The walk's physical demands are offset by coastal views and comforting isolation.

The walk's physical demands are offset by coastal views and comforting isolation.

It looked on the verge of collapse, its white skin peeling mercilessly, scarred with patches of rust after years of neglect. But after walking 20km over undulating terrain, the old lighthouse at Cape Brett in the Bay of Islands was a rejuvenating sight.

It didn't matter that the 14m-high icon was surrounded by signs shooing away intruders. After a day-long trek that sapped our energy and thrashed our knee joints, the sheer sight of the lighthouse gave us a renewed spirit of adventure.

And a diminished sense of self-preservation - what else could explain the urge to break in and stand atop a structure that looked as solid as a toothpick replica of the leaning tower of Pisa?

How we broke in is not important, but, on entering, it was clear we had stumbled on a treasure. The steep curving stairwells and antique furniture, along with a musty, character-building scent, gave the interior the feel of a historic playground.

But the real prize came after gingerly ascending the rusty ladders that led to its apex, an excellent platform from which to gaze at the fading colours of dusk shrouding the horizon in fiery orange and misty shades of blue.

It was a just reward - even more so as the lighthouse didn't crumble - after a day that started at an ungodly hour with a drive to Oke Bay, 29km from Russell. At this time of the morning, your mindset is not ideal for tackling what the Department of Conservation calls a "challenging track" for the fit and experienced; boots recommended.

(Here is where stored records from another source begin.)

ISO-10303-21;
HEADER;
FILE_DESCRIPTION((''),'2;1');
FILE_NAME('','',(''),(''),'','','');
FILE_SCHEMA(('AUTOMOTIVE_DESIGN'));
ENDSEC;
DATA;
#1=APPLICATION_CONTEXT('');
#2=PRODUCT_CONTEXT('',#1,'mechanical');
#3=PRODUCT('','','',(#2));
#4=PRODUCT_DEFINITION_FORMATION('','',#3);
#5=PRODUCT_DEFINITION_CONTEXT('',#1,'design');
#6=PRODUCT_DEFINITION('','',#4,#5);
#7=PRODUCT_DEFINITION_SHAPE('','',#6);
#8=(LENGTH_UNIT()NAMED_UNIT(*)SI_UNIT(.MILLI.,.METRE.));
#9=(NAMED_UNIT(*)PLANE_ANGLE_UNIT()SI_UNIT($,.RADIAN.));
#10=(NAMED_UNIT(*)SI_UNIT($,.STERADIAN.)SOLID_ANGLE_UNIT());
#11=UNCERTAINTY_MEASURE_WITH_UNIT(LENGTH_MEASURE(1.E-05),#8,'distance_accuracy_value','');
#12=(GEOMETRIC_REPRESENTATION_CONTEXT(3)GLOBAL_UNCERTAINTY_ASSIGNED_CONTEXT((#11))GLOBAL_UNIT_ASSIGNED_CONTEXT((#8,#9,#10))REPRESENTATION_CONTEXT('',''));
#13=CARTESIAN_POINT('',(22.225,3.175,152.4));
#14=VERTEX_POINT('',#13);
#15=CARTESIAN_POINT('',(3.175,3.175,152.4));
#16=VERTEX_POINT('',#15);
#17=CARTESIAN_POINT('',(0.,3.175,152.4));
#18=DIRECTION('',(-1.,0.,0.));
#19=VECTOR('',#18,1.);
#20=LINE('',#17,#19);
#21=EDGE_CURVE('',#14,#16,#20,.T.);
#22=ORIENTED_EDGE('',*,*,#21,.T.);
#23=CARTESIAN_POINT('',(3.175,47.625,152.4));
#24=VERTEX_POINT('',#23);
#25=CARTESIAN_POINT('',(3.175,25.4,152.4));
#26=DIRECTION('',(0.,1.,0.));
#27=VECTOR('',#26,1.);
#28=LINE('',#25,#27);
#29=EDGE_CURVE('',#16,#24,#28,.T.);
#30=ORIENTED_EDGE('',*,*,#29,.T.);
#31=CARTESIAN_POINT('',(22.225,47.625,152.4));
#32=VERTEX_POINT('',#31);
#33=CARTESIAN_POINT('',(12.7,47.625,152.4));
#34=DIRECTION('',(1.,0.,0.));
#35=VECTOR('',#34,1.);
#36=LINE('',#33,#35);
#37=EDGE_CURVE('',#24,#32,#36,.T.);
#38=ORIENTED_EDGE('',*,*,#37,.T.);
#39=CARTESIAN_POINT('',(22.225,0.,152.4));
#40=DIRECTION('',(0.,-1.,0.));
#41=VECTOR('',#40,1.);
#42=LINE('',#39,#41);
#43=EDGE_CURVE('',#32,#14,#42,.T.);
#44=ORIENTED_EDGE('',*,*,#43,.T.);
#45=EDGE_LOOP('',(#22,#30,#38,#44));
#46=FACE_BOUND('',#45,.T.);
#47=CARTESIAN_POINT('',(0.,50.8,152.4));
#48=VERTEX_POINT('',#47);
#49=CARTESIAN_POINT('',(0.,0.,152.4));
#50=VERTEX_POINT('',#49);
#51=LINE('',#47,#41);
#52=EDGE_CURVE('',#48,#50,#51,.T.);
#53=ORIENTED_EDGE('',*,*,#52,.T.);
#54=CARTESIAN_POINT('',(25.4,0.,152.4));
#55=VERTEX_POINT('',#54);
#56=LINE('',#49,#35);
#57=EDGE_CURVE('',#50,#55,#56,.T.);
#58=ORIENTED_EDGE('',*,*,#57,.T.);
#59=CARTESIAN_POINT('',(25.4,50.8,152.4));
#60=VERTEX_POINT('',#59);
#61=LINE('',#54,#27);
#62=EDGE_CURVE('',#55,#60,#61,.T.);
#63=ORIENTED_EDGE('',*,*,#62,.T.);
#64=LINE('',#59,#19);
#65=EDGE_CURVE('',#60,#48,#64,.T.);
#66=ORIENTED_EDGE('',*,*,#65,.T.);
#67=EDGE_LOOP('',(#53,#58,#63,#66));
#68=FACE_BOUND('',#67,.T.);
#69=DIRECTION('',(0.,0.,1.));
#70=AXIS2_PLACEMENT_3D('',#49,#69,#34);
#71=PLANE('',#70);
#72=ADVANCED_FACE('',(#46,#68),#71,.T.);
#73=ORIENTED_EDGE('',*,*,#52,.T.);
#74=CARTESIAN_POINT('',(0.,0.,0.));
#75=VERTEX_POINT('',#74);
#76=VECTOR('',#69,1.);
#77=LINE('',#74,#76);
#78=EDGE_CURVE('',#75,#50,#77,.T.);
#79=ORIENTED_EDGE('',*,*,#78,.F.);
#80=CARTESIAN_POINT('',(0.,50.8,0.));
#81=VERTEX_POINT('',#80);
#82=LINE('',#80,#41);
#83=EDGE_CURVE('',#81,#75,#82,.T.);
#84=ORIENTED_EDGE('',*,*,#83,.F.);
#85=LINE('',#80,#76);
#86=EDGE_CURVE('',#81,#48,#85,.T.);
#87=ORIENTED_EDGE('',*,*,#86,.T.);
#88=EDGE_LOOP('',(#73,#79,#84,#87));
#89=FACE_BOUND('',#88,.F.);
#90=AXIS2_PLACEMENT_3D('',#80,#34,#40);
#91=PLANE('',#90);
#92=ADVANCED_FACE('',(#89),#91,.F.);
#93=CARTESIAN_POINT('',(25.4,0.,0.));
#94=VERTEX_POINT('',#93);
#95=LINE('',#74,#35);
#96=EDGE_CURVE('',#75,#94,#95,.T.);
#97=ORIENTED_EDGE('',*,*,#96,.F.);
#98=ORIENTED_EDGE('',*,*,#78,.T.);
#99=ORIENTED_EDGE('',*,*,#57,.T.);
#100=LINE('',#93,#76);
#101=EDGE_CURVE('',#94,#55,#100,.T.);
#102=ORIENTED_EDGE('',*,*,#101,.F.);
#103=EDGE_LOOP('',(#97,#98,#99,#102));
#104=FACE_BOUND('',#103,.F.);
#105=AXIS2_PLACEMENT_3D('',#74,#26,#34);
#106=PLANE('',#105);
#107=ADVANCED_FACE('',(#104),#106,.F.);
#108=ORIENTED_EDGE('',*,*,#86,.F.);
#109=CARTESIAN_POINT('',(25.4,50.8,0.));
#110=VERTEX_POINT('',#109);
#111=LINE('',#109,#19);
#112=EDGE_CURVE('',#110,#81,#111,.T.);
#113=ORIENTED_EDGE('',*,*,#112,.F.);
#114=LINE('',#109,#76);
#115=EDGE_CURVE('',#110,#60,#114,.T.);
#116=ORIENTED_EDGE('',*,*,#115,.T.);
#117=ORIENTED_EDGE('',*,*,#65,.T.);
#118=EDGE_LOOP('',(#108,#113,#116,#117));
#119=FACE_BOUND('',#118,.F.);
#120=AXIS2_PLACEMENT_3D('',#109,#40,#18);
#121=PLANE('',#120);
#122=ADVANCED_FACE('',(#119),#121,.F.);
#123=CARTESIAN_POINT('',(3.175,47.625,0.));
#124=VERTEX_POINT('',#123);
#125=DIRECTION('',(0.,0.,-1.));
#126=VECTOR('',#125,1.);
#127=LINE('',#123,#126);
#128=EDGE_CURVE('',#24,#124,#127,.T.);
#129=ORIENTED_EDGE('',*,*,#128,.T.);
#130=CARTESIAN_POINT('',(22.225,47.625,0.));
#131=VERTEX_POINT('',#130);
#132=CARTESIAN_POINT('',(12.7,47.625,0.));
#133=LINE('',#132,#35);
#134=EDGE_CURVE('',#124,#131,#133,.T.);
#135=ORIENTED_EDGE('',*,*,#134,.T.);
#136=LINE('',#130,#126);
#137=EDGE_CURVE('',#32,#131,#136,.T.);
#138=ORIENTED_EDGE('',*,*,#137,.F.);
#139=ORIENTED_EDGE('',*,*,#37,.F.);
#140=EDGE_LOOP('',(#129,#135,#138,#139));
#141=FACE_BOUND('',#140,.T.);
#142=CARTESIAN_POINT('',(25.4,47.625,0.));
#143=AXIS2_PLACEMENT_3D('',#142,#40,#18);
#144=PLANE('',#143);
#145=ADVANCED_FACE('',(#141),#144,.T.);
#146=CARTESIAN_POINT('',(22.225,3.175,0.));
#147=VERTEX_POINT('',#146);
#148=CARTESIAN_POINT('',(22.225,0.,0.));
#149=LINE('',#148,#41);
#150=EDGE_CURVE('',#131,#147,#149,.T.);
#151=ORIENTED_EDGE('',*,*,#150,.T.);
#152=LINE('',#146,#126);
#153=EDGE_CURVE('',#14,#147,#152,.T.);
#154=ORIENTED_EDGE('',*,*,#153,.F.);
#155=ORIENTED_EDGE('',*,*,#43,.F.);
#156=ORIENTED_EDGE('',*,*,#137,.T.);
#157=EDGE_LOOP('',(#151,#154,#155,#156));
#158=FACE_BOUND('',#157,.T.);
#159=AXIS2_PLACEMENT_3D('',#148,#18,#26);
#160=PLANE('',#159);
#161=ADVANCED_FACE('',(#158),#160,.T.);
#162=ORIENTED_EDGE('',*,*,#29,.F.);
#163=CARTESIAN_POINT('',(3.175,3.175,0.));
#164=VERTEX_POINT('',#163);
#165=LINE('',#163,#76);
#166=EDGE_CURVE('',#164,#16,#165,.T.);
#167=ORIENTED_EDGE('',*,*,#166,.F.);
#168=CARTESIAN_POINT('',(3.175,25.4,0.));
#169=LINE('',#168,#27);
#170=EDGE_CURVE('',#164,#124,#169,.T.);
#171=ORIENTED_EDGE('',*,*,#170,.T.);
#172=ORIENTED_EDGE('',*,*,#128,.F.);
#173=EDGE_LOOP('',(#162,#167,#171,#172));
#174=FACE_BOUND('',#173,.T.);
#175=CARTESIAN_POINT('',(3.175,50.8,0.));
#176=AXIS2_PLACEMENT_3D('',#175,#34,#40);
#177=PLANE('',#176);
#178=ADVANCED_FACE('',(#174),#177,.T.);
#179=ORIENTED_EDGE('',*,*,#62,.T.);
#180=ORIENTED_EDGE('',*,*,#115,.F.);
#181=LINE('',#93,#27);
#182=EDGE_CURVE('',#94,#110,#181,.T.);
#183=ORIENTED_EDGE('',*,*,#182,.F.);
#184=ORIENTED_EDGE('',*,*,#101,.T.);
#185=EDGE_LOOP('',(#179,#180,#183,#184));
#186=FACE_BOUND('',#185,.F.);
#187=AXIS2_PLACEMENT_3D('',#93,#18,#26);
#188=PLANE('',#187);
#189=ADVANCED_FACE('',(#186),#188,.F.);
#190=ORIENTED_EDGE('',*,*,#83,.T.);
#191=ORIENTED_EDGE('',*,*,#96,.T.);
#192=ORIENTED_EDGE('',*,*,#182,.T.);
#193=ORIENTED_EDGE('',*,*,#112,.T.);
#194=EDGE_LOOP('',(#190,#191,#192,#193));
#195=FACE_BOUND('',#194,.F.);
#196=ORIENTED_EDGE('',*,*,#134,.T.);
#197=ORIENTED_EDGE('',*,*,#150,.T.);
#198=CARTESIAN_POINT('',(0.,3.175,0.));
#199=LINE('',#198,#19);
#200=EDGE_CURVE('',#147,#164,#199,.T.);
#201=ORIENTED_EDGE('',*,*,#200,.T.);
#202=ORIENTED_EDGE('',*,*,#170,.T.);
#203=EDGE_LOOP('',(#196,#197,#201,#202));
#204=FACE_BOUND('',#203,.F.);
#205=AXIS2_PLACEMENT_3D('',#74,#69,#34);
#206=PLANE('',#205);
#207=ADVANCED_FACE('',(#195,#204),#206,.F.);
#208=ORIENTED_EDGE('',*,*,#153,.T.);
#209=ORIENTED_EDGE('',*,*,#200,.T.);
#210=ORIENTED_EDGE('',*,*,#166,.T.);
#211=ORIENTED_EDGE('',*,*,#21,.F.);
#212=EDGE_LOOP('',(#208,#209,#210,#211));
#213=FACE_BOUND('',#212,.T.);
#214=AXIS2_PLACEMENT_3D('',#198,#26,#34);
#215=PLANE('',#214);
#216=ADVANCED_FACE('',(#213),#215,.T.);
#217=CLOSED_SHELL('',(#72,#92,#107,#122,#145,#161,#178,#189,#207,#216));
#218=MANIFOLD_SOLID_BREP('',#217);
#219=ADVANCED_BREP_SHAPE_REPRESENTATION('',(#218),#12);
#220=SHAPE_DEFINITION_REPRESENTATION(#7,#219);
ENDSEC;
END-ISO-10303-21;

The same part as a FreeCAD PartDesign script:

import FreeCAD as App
import Part
import Sketcher

V = App.Vector
Q = App.Units.Quantity


def faces_at(feature, points):
    """Names of the faces that lie closest to the given points."""
    faces = feature.Shape.Faces
    near = lambda p: min(range(len(faces)), key=lambda i: faces[i].distToShape(Part.Vertex(*p))[0])
    return sorted({f"Face{near(p) + 1}" for p in points})

doc = App.newDocument("Part")
body = doc.addObject("PartDesign::Body", "Body")

# Sketch on XY plane
sketch1 = body.newObject("Sketcher::SketchObject", "Sketch")
sketch1.AttachmentSupport = (doc.getObject("XY_Plane"), [""])
sketch1.MapMode = "FlatFace"
sketch1.addGeometry(Part.LineSegment(V(0, 51, 0), V(0, 0, 0)), False)
sketch1.addGeometry(Part.LineSegment(V(0, 0, 0), V(25, 0, 0)), False)
sketch1.addGeometry(Part.LineSegment(V(25, 0, 0), V(25, 51, 0)), False)
sketch1.addGeometry(Part.LineSegment(V(25, 51, 0), V(0, 51, 0)), False)
sketch1.addConstraint(Sketcher.Constraint("Coincident", 0, 2, 1, 1))
sketch1.addConstraint(Sketcher.Constraint("Coincident", 1, 2, 2, 1))
sketch1.addConstraint(Sketcher.Constraint("Coincident", 2, 2, 3, 1))
sketch1.addConstraint(Sketcher.Constraint("Coincident", 3, 2, 0, 1))
sketch1.addConstraint(Sketcher.Constraint("Vertical", 0))
sketch1.addConstraint(Sketcher.Constraint("Horizontal", 1))
sketch1.addConstraint(Sketcher.Constraint("Vertical", 2))
sketch1.addConstraint(Sketcher.Constraint("Horizontal", 3))
sketch1.addConstraint(Sketcher.Constraint("Coincident", 0, 2, -1, 1))
sketch1.addConstraint(Sketcher.Constraint("DistanceX", 1, 1, 1, 2, Q("1 in")))
sketch1.addConstraint(Sketcher.Constraint("DistanceY", 0, 2, 0, 1, Q("2 in")))
pad1 = body.newObject("PartDesign::Pad", "Pad")
pad1.Profile = sketch1
pad1.Length = Q("6 in")
doc.recompute()

thickness = body.newObject("PartDesign::Thickness", "Thickness")
thickness.Base = (pad1, faces_at(pad1, [(8.467, 33.867, 0), (8.467, 33.867, 152.4)]))
thickness.Value = Q("0.125 in")
thickness.Reversed = True
thickness.Join = "Intersection"

doc.recompute()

The track meanders through a scenic reserve, over the peninsula's dragon-like spine; the reserve's seven peaks are symbolic of the seven waka said to have come from Hawaiki in the great Maori migration.

We set off and were quickly into a trend that was revisited several more times that day: uphill. The long, steady grind demanded repeated climbs of up to 300m, in the process causing heavy breathing, a number of involuntary breaks and the odd life-segment to flash before our eyes.

But the physical demands were constantly offset by panoramic coastal views and a comforting isolation, set against a backdrop of forest ridges dotted with cabbage trees, sheer cliff-faces and the lazy inlets that make up the Bay of Islands.

We detoured over lush, green grass to Deep Water Cove for a swim and to bask in the sun before the final surge over the 362m Rakaumangamanga. Or rather, the final tip-toe around Rakaumangamanga.

The climb over the track's highest point threatened to be the end of us as the ridge narrowed from both sides.

Our leg muscles felt vulnerable, fragile. Our shoulders ached. But the sheer sight of the cape - and its handsome lighthouse, resplendent in the soft light - was more than invigorating.